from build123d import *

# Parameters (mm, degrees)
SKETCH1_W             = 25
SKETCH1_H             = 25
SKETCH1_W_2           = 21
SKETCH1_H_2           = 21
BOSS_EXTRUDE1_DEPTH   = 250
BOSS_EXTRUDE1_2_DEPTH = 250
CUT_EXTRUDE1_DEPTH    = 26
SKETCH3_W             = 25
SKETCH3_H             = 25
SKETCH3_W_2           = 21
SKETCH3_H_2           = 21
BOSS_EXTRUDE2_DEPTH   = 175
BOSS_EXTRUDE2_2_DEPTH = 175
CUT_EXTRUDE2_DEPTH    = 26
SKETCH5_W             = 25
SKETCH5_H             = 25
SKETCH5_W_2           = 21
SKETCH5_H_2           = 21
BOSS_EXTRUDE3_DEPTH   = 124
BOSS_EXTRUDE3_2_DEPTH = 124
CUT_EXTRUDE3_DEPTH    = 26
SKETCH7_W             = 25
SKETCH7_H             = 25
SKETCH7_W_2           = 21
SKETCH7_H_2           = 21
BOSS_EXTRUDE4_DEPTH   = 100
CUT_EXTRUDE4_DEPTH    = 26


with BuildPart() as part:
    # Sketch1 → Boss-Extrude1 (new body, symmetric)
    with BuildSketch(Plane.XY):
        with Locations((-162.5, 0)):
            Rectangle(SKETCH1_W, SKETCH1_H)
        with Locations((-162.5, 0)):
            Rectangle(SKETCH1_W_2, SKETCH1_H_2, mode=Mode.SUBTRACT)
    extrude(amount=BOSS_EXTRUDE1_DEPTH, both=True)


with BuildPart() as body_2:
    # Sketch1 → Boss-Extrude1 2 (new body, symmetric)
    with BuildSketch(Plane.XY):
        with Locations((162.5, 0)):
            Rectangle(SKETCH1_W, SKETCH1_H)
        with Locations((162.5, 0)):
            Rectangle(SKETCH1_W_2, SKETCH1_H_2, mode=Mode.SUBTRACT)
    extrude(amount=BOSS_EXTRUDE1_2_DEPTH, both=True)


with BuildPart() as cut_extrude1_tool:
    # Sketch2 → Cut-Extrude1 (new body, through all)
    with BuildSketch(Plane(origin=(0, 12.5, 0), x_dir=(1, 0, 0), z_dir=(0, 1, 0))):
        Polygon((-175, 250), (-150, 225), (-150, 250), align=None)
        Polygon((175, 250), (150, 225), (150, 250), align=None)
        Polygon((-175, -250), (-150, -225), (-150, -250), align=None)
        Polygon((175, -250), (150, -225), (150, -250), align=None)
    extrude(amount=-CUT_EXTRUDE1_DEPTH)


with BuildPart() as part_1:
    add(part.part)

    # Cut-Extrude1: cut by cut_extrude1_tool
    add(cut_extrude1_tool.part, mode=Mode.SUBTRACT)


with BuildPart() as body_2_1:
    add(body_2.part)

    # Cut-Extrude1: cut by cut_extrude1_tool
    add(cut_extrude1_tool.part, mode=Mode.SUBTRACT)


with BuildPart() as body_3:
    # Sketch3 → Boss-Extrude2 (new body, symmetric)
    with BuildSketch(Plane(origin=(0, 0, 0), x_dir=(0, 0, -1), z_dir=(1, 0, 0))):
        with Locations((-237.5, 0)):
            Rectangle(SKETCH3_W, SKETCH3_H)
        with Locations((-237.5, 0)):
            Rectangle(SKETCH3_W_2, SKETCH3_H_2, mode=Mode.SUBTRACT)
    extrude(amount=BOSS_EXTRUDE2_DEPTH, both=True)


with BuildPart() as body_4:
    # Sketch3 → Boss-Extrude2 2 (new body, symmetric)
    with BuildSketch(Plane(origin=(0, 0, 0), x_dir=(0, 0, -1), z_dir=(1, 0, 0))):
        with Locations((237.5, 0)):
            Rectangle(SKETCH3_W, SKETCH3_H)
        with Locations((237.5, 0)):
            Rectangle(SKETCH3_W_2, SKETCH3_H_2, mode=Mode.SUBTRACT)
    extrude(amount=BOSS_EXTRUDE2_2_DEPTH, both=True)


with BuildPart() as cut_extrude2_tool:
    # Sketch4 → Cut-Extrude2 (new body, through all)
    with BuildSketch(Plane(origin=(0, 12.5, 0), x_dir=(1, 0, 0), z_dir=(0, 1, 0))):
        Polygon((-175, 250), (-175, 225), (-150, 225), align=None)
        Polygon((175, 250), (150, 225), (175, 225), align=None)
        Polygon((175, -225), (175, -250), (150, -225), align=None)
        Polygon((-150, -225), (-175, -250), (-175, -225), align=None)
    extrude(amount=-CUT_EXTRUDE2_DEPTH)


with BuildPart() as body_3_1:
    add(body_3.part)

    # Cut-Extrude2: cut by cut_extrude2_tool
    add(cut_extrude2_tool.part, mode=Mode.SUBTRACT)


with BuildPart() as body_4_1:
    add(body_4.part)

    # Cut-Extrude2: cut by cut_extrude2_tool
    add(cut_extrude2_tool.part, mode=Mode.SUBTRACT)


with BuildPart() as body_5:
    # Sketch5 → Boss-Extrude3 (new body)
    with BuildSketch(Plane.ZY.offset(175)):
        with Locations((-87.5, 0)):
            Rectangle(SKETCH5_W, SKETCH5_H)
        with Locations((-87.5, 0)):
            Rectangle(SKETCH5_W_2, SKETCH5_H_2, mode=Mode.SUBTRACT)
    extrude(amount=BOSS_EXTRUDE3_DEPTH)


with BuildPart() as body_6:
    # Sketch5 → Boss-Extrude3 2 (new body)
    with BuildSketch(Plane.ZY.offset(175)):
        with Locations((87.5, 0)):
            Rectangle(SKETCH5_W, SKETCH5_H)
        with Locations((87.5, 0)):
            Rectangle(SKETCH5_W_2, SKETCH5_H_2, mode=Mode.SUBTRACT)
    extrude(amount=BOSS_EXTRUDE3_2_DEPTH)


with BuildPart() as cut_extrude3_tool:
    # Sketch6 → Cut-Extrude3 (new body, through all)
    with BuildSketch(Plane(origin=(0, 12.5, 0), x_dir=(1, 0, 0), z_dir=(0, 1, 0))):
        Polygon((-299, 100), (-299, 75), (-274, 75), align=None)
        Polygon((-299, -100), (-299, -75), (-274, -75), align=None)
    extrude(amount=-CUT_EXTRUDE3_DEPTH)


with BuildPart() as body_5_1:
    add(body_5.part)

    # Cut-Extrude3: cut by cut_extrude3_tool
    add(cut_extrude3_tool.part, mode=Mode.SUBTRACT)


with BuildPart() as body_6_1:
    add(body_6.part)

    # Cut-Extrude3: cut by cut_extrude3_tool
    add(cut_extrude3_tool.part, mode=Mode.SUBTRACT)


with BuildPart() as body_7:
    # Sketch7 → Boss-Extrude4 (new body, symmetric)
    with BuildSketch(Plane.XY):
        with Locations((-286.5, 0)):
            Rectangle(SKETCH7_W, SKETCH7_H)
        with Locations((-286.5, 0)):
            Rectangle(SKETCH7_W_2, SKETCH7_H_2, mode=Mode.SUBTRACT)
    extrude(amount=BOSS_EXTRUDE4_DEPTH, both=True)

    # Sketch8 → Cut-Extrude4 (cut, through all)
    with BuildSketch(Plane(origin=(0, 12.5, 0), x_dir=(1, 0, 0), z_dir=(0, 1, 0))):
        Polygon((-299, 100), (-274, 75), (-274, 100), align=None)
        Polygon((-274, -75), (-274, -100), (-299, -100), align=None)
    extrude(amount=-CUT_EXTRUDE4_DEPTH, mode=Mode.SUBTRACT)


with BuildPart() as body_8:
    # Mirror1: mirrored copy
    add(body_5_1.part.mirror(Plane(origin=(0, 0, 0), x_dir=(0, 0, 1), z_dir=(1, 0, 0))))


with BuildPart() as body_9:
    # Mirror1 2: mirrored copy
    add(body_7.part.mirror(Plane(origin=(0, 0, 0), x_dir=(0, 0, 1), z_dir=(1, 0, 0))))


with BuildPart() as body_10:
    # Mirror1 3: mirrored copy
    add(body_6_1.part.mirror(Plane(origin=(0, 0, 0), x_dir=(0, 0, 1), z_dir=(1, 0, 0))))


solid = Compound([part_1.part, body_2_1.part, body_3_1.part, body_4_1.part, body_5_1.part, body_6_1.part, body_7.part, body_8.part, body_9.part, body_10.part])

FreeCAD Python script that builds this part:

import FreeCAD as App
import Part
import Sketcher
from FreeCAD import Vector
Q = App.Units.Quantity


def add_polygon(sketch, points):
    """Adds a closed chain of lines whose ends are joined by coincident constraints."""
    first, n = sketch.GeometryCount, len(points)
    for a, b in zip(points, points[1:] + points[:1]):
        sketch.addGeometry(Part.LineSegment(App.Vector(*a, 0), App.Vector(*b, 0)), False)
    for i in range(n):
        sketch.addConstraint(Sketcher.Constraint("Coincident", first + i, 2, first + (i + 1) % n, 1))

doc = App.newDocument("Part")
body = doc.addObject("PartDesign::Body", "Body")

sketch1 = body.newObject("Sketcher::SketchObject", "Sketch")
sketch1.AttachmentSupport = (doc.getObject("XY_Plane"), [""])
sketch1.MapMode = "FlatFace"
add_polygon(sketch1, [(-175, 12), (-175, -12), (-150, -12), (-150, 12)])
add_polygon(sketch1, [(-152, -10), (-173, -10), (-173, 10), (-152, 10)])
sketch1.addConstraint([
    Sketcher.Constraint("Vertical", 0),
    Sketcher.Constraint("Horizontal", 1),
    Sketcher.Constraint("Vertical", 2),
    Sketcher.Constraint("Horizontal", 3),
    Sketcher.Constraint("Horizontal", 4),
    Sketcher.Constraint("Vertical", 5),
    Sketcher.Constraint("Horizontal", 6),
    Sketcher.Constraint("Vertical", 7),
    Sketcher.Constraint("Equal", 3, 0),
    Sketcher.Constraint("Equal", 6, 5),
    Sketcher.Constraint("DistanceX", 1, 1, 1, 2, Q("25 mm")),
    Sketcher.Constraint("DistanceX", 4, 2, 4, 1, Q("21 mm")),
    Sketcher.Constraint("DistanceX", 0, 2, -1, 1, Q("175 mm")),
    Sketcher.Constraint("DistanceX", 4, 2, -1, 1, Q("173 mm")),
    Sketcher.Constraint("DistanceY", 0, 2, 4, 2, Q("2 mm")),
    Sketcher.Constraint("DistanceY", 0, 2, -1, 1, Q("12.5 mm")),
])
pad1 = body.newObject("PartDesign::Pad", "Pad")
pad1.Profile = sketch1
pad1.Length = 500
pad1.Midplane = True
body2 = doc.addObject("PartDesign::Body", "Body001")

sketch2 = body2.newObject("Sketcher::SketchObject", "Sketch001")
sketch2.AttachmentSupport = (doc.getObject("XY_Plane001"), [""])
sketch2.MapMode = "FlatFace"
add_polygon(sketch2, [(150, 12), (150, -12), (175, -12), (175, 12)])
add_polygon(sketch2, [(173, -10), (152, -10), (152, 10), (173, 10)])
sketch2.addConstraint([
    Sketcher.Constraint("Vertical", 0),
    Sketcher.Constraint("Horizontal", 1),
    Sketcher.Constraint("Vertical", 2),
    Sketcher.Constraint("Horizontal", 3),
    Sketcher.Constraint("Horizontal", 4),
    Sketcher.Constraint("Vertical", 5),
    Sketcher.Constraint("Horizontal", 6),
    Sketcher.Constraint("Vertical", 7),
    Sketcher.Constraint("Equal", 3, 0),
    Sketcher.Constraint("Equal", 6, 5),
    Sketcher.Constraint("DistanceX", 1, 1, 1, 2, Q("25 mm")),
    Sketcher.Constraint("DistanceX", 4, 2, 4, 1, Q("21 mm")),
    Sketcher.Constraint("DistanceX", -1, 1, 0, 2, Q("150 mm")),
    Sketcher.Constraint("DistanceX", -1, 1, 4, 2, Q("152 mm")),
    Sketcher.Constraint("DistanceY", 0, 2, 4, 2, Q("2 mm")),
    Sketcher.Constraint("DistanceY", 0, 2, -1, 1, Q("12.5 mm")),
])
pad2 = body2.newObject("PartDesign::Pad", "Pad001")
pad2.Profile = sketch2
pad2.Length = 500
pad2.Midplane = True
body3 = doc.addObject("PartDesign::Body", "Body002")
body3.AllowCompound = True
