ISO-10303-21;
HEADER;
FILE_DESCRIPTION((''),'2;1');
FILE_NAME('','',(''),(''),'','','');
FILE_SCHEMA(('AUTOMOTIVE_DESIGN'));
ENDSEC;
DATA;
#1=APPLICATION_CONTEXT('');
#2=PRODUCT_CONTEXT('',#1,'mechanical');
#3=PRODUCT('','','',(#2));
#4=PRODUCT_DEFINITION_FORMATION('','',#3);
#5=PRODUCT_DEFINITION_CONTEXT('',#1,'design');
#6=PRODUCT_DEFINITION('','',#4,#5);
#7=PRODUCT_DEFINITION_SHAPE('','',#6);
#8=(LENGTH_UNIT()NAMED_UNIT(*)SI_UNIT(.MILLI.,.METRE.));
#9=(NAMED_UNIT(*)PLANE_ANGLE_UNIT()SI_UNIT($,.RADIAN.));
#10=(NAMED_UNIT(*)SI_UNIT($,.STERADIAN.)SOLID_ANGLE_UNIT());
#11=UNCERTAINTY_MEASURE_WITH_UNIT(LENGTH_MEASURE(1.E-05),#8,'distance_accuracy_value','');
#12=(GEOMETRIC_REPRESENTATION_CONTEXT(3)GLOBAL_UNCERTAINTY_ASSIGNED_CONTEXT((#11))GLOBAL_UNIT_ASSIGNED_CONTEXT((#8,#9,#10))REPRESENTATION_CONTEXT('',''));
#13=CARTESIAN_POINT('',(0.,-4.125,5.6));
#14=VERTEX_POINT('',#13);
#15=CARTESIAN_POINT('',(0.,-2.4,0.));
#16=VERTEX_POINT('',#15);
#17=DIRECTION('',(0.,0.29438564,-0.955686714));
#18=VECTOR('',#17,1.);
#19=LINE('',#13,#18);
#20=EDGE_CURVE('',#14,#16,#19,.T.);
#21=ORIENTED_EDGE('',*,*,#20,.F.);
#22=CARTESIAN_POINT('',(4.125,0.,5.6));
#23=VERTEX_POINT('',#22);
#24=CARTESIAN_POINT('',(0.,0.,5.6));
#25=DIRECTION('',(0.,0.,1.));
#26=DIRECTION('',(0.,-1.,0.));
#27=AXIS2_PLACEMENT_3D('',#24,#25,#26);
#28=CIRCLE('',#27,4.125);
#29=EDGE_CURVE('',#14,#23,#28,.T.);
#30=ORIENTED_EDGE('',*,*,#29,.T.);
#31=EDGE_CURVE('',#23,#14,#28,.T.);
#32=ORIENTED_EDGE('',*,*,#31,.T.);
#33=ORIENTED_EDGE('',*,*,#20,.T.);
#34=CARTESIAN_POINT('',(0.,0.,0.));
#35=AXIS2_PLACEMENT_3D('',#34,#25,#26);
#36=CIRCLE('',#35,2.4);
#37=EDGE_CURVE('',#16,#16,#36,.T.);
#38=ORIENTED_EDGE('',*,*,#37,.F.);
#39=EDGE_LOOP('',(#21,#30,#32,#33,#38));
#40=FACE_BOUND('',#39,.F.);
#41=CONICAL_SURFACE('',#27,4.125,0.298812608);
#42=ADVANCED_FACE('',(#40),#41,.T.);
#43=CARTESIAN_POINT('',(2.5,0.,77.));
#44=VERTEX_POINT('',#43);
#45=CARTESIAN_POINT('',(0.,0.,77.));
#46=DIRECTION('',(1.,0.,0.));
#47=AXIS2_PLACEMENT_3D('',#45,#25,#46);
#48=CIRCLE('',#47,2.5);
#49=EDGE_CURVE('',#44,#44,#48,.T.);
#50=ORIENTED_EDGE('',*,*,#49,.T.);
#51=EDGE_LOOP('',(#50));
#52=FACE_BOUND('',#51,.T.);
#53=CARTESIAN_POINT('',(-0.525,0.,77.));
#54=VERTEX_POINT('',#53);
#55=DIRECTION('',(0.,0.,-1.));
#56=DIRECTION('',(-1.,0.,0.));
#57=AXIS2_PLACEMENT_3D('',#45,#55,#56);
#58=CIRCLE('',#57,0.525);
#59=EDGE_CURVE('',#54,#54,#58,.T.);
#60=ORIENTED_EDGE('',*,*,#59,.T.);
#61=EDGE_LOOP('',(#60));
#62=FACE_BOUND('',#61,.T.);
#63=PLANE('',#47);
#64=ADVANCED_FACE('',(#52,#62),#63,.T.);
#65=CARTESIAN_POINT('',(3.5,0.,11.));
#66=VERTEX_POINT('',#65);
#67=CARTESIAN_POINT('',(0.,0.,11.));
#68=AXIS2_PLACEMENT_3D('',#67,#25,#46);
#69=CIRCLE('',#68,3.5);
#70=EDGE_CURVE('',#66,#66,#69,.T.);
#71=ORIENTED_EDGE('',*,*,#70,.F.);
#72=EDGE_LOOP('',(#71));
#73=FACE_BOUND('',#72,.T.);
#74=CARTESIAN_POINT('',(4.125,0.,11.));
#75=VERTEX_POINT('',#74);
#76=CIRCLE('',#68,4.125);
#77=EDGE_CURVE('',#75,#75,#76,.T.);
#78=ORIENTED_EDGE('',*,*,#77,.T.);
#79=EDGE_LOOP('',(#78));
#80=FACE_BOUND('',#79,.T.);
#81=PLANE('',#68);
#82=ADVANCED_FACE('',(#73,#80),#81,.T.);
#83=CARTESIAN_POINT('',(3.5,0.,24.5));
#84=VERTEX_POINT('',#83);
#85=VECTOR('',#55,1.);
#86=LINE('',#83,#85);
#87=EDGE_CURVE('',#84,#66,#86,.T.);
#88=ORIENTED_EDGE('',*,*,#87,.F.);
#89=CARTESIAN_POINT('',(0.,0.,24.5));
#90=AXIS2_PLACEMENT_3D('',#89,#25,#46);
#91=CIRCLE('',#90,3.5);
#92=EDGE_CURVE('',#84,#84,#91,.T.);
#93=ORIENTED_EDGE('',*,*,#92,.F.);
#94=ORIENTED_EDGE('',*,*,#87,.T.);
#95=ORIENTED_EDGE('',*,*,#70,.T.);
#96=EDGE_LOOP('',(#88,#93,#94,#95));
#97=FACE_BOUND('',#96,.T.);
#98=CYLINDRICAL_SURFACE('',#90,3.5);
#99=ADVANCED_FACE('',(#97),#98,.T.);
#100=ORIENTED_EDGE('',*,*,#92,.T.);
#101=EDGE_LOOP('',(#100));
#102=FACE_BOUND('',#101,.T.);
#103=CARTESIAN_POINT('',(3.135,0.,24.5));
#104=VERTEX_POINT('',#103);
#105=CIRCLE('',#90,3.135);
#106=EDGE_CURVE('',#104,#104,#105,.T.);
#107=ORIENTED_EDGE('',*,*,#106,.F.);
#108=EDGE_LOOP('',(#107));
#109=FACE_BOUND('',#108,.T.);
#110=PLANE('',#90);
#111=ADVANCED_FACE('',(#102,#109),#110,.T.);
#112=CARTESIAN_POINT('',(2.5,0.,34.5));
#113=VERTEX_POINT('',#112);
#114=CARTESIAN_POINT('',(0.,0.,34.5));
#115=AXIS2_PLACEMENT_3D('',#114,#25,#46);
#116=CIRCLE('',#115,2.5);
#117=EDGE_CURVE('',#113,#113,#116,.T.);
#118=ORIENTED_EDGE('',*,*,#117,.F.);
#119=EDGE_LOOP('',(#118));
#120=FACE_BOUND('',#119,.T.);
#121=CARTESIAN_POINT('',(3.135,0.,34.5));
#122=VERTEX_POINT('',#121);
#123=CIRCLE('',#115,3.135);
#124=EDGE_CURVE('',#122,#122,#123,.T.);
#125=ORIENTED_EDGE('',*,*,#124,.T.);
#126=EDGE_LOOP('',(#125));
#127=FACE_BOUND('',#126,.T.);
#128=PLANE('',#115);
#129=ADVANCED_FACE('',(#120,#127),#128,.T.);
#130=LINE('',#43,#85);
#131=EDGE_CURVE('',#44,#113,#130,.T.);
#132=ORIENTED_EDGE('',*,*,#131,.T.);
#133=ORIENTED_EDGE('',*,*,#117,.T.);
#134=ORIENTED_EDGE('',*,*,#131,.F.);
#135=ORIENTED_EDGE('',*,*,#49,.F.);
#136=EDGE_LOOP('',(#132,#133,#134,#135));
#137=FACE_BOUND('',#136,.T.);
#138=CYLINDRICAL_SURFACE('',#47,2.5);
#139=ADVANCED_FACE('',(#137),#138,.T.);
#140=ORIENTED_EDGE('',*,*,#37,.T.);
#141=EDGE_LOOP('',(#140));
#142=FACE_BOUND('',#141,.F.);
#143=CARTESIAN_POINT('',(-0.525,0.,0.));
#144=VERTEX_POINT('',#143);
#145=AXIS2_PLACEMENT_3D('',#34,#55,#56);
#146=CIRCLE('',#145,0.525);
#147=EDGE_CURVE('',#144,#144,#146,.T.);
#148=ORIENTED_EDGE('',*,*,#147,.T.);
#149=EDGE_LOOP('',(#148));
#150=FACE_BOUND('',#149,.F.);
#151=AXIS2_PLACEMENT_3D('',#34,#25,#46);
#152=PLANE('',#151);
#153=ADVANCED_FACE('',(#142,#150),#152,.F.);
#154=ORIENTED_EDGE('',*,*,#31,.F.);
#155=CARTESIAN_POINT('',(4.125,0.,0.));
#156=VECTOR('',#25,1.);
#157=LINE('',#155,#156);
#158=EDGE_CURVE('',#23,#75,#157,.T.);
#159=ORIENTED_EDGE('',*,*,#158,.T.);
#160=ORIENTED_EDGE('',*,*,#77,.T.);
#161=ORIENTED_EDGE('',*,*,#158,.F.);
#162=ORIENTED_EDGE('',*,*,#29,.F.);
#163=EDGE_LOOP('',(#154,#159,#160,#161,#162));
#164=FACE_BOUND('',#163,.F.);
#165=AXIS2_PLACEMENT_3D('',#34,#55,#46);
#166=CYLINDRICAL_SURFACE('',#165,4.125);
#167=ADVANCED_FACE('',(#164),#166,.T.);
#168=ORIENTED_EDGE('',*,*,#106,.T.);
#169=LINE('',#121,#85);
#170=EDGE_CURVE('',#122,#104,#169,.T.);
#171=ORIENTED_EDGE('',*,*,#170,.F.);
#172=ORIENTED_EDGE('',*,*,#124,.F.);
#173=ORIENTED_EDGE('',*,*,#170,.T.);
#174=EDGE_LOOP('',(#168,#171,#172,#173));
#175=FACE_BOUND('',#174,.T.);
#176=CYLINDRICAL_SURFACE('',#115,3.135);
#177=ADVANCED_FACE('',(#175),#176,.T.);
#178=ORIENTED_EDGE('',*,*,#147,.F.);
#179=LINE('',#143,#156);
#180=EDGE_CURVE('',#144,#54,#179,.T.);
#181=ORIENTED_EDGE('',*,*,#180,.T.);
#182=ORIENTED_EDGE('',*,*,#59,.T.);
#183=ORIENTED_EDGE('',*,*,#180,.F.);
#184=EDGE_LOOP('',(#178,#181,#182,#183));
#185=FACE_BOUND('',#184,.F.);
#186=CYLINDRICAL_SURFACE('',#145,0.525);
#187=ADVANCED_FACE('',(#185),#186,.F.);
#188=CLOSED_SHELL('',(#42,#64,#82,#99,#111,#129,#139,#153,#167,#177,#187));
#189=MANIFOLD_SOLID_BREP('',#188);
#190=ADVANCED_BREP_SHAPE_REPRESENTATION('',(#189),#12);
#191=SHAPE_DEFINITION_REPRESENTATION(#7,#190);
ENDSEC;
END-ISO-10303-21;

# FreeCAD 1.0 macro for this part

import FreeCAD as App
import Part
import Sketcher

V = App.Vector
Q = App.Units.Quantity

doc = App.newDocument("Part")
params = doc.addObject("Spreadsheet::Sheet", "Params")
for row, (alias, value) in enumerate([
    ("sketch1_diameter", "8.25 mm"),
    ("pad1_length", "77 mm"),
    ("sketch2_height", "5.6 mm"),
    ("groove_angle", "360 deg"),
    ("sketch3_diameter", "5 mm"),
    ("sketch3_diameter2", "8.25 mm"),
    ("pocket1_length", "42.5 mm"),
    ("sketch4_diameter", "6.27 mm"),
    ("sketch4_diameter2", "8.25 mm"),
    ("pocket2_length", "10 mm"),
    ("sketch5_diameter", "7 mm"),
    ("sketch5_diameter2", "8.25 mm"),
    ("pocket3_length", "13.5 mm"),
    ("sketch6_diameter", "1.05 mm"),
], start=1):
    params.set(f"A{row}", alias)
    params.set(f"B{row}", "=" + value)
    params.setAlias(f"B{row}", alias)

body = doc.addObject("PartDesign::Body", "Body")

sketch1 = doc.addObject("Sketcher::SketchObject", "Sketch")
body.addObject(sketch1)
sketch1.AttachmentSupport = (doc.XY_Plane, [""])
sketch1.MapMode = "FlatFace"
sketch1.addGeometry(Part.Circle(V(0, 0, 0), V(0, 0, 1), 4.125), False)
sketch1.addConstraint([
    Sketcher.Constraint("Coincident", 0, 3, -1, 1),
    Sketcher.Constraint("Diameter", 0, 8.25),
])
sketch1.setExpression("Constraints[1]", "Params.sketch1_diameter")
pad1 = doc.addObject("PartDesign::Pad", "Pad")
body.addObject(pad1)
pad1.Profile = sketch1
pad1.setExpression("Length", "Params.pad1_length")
============================================================
### What to produce
Starting with the line with "#88=ORIENTED_EDGE('',*,*,#87,.F.);" above and going on through the line with "#132=ORIENTED_EDGE('',*,*,#131,.T.);", transcribe every line exactly, both ends included, and add nothing.

### Exercise answer
#88=ORIENTED_EDGE('',*,*,#87,.F.);
#89=CARTESIAN_POINT('',(0.,0.,24.5));
#90=AXIS2_PLACEMENT_3D('',#89,#25,#46);
#91=CIRCLE('',#90,3.5);
#92=EDGE_CURVE('',#84,#84,#91,.T.);
#93=ORIENTED_EDGE('',*,*,#92,.F.);
#94=ORIENTED_EDGE('',*,*,#87,.T.);
#95=ORIENTED_EDGE('',*,*,#70,.T.);
#96=EDGE_LOOP('',(#88,#93,#94,#95));
#97=FACE_BOUND('',#96,.T.);
#98=CYLINDRICAL_SURFACE('',#90,3.5);
#99=ADVANCED_FACE('',(#97),#98,.T.);
#100=ORIENTED_EDGE('',*,*,#92,.T.);
#101=EDGE_LOOP('',(#100));
#102=FACE_BOUND('',#101,.T.);
#103=CARTESIAN_POINT('',(3.135,0.,24.5));
#104=VERTEX_POINT('',#103);
#105=CIRCLE('',#90,3.135);
#106=EDGE_CURVE('',#104,#104,#105,.T.);
#107=ORIENTED_EDGE('',*,*,#106,.F.);
#108=EDGE_LOOP('',(#107));
#109=FACE_BOUND('',#108,.T.);
#110=PLANE('',#90);
#111=ADVANCED_FACE('',(#102,#109),#110,.T.);
#112=CARTESIAN_POINT('',(2.5,0.,34.5));
#113=VERTEX_POINT('',#112);
#114=CARTESIAN_POINT('',(0.,0.,34.5));
#115=AXIS2_PLACEMENT_3D('',#114,#25,#46);
#116=CIRCLE('',#115,2.5);
#117=EDGE_CURVE('',#113,#113,#116,.T.);
#118=ORIENTED_EDGE('',*,*,#117,.F.);
#119=EDGE_LOOP('',(#118));
#120=FACE_BOUND('',#119,.T.);
#121=CARTESIAN_POINT('',(3.135,0.,34.5));
#122=VERTEX_POINT('',#121);
#123=CIRCLE('',#115,3.135);
#124=EDGE_CURVE('',#122,#122,#123,.T.);
#125=ORIENTED_EDGE('',*,*,#124,.T.);
#126=EDGE_LOOP('',(#125));
#127=FACE_BOUND('',#126,.T.);
#128=PLANE('',#115);
#129=ADVANCED_FACE('',(#120,#127),#128,.T.);
#130=LINE('',#43,#85);
#131=EDGE_CURVE('',#44,#113,#130,.T.);
#132=ORIENTED_EDGE('',*,*,#131,.T.);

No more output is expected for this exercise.